REQUIRED ACTION: From the line containing "#62=CIRCLE('',#61,10.);" down to the line containing "#77=AXIS2_PLACEMENT_3D('',#74,#75,#76);" in the records below, reproduce every line exactly, ends included, and omit all others.

(Collected data entries)
==============================

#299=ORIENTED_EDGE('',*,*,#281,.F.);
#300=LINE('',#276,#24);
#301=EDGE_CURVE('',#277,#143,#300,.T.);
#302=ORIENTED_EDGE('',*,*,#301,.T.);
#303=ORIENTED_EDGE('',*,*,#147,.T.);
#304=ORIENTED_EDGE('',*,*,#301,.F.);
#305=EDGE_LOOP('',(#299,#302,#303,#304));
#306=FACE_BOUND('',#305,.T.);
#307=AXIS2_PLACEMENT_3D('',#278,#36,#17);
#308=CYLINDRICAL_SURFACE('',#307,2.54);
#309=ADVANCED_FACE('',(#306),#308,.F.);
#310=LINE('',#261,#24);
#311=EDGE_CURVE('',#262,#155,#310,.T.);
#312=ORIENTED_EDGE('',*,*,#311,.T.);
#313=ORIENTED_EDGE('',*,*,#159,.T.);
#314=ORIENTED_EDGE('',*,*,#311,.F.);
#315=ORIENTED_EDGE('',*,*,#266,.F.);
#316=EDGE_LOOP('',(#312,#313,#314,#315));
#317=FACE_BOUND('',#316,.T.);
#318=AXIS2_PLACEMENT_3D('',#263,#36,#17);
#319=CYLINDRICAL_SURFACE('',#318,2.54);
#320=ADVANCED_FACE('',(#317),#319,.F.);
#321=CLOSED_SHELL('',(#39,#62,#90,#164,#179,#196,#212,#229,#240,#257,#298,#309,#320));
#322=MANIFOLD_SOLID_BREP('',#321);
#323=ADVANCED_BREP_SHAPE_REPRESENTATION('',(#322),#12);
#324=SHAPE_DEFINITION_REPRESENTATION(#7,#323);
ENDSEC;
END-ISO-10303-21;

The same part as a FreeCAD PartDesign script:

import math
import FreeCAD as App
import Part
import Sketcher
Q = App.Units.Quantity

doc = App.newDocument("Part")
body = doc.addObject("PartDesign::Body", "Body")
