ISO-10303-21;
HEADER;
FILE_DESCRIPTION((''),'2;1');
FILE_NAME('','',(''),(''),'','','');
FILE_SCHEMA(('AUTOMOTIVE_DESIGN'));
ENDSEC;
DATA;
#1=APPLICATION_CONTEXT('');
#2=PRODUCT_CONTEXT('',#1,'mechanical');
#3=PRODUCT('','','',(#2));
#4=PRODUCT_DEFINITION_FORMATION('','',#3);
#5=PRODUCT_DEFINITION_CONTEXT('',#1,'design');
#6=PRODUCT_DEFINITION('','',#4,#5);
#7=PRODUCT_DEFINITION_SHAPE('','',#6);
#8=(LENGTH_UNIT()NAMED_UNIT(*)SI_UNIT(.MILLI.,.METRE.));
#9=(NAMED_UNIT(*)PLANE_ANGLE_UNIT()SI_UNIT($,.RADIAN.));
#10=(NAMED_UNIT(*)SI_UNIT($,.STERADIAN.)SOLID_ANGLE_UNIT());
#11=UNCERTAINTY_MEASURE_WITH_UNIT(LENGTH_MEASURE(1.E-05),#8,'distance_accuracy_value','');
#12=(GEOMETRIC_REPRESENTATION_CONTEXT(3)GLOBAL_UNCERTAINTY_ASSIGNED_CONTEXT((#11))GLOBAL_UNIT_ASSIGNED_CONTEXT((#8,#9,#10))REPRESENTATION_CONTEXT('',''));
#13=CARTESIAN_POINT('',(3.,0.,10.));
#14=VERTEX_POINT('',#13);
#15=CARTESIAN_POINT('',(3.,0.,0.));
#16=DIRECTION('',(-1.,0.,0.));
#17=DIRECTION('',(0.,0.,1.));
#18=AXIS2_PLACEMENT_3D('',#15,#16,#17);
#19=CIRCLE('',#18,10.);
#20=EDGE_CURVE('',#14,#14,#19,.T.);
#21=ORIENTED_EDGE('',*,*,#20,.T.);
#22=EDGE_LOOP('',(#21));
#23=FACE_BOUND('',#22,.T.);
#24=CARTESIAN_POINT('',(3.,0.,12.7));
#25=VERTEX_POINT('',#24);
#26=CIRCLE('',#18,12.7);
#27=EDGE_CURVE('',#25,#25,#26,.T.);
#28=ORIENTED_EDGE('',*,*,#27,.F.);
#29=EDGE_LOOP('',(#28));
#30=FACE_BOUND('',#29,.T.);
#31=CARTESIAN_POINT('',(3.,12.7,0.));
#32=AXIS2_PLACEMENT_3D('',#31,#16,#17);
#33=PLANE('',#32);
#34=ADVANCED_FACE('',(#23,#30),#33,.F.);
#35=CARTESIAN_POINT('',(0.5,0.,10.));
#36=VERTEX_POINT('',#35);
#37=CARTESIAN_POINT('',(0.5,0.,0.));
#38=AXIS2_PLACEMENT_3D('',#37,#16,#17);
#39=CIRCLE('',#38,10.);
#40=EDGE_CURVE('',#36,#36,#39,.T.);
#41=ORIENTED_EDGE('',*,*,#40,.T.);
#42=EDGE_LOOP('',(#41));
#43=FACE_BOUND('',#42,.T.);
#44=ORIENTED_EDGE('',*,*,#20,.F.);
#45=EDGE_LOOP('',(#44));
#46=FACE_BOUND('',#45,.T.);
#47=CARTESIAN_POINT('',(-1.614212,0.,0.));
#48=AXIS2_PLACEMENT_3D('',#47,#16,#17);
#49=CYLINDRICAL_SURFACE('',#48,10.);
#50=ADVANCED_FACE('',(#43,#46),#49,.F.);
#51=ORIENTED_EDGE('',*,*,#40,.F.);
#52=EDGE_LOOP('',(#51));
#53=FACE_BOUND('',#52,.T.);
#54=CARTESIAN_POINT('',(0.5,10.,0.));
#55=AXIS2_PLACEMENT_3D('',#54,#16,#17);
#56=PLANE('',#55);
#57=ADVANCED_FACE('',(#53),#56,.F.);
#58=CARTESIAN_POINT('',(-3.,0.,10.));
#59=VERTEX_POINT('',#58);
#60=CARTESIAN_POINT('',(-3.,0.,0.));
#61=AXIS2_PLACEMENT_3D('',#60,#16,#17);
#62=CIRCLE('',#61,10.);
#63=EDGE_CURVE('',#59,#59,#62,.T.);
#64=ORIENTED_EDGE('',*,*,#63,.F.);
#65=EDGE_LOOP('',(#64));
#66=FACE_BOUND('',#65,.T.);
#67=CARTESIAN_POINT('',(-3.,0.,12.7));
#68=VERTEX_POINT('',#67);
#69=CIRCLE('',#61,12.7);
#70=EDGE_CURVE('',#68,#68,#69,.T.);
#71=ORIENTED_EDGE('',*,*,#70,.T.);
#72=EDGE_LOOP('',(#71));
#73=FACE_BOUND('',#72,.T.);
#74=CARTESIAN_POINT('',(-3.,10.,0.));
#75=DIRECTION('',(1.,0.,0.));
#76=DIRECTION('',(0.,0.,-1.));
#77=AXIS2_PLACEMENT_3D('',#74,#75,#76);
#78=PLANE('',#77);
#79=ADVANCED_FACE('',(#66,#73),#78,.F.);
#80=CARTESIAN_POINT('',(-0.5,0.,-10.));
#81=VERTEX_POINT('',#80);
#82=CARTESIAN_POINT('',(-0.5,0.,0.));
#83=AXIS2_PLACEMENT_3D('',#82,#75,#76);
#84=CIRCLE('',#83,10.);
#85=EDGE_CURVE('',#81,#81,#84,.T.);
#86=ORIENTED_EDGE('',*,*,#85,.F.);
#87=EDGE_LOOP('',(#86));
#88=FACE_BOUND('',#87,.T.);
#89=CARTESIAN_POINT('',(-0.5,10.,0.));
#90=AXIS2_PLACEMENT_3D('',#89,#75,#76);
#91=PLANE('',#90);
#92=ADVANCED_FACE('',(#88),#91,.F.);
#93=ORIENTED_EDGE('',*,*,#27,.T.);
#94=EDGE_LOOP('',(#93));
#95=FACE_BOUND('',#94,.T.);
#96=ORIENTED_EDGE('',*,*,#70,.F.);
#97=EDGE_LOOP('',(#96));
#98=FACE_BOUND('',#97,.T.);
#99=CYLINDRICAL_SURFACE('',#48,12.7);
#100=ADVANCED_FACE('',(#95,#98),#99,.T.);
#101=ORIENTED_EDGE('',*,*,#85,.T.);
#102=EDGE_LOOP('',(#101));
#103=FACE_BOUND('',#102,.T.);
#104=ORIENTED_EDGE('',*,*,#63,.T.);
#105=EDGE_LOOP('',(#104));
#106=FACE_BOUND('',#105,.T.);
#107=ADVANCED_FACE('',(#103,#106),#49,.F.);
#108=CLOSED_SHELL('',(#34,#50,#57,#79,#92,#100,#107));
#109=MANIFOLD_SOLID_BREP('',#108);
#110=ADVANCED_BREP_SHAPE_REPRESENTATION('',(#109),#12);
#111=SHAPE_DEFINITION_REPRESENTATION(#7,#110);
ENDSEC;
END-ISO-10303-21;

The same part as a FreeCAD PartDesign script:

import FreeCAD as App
import Part
import Sketcher

V = App.Vector
Q = App.Units.Quantity


def add_polygon(sketch, points):
    """Adds a closed chain of lines whose ends are joined by coincident constraints."""
    first, n = sketch.GeometryCount, len(points)
    for a, b in zip(points, points[1:] + points[:1]):
        sketch.addGeometry(Part.LineSegment(App.Vector(*a, 0), App.Vector(*b, 0)), False)
    for i in range(n):
        sketch.addConstraint(Sketcher.Constraint("Coincident", first + i, 2, first + (i + 1) % n, 1))

doc = App.newDocument("Part")
body = doc.addObject("PartDesign::Body", "Body")

# Sketch on XY plane
sketch1 = body.newObject("Sketcher::SketchObject", "Sketch")
sketch1.AttachmentSupport = (doc.getObject("XY_Plane"), [""])
sketch1.MapMode = "FlatFace"
add_polygon(sketch1, [(-0.5, 10), (-0.5, 0), (0.5, 0), (0.5, 10)])  # lines 0-3
sketch1.addConstraint([
    Sketcher.Constraint("Vertical", 0),
    Sketcher.Constraint("Horizontal", 1),
    Sketcher.Constraint("Vertical", 2),
    Sketcher.Constraint("Horizontal", 3),
    Sketcher.Constraint("Symmetric", 0, 2, 1, 2, -1, 1),
    Sketcher.Constraint("DistanceX", 1, 1, 1, 2, Q("1 mm")),
    Sketcher.Constraint("DistanceY", 0, 2, 0, 1, Q("10 mm")),
])
revolution = body.newObject("PartDesign::Revolution", "Revolution")
revolution.Profile = sketch1
revolution.ReferenceAxis = (sketch1, ["H_Axis"])
revolution.Angle = 360

# Sketch on XY plane
sketch2 = body.newObject("Sketcher::SketchObject", "Sketch001")
sketch2.AttachmentSupport = (doc.getObject("XY_Plane"), [""])
sketch2.MapMode = "FlatFace"
add_polygon(sketch2, [(-3, 12.7), (-3, 10), (3, 10), (3, 12.7)])  # lines 0-3
sketch2.addConstraint([
    Sketcher.Constraint("Vertical", 0),
    Sketcher.Constraint("Horizontal", 1),
    Sketcher.Constraint("Vertical", 2),
    Sketcher.Constraint("Horizontal", 3),
    Sketcher.Constraint("DistanceX", 1, 1, 1, 2, Q("6 mm")),
    Sketcher.Constraint("DistanceY", 0, 2, 0, 1, Q("2.7 mm")),
    Sketcher.Constraint("DistanceX", 0, 2, -1, 1, Q("3 mm")),
    Sketcher.Constraint("DistanceY", -1, 1, 0, 2, Q("10 mm")),
])
revolution2 = body.newObject("PartDesign::Revolution", "Revolution001")
revolution2.Profile = sketch2
revolution2.ReferenceAxis = (sketch2, ["H_Axis"])
revolution2.Angle = 360

doc.recompute()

==============================

SOLUTION TO THIS PROBLEM:
#62=CIRCLE('',#61,10.);
#63=EDGE_CURVE('',#59,#59,#62,.T.);
#64=ORIENTED_EDGE('',*,*,#63,.F.);
#65=EDGE_LOOP('',(#64));
#66=FACE_BOUND('',#65,.T.);
#67=CARTESIAN_POINT('',(-3.,0.,12.7));
#68=VERTEX_POINT('',#67);
#69=CIRCLE('',#61,12.7);
#70=EDGE_CURVE('',#68,#68,#69,.T.);
#71=ORIENTED_EDGE('',*,*,#70,.T.);
#72=EDGE_LOOP('',(#71));
#73=FACE_BOUND('',#72,.T.);
#74=CARTESIAN_POINT('',(-3.,10.,0.));
#75=DIRECTION('',(1.,0.,0.));
#76=DIRECTION('',(0.,0.,-1.));
#77=AXIS2_PLACEMENT_3D('',#74,#75,#76);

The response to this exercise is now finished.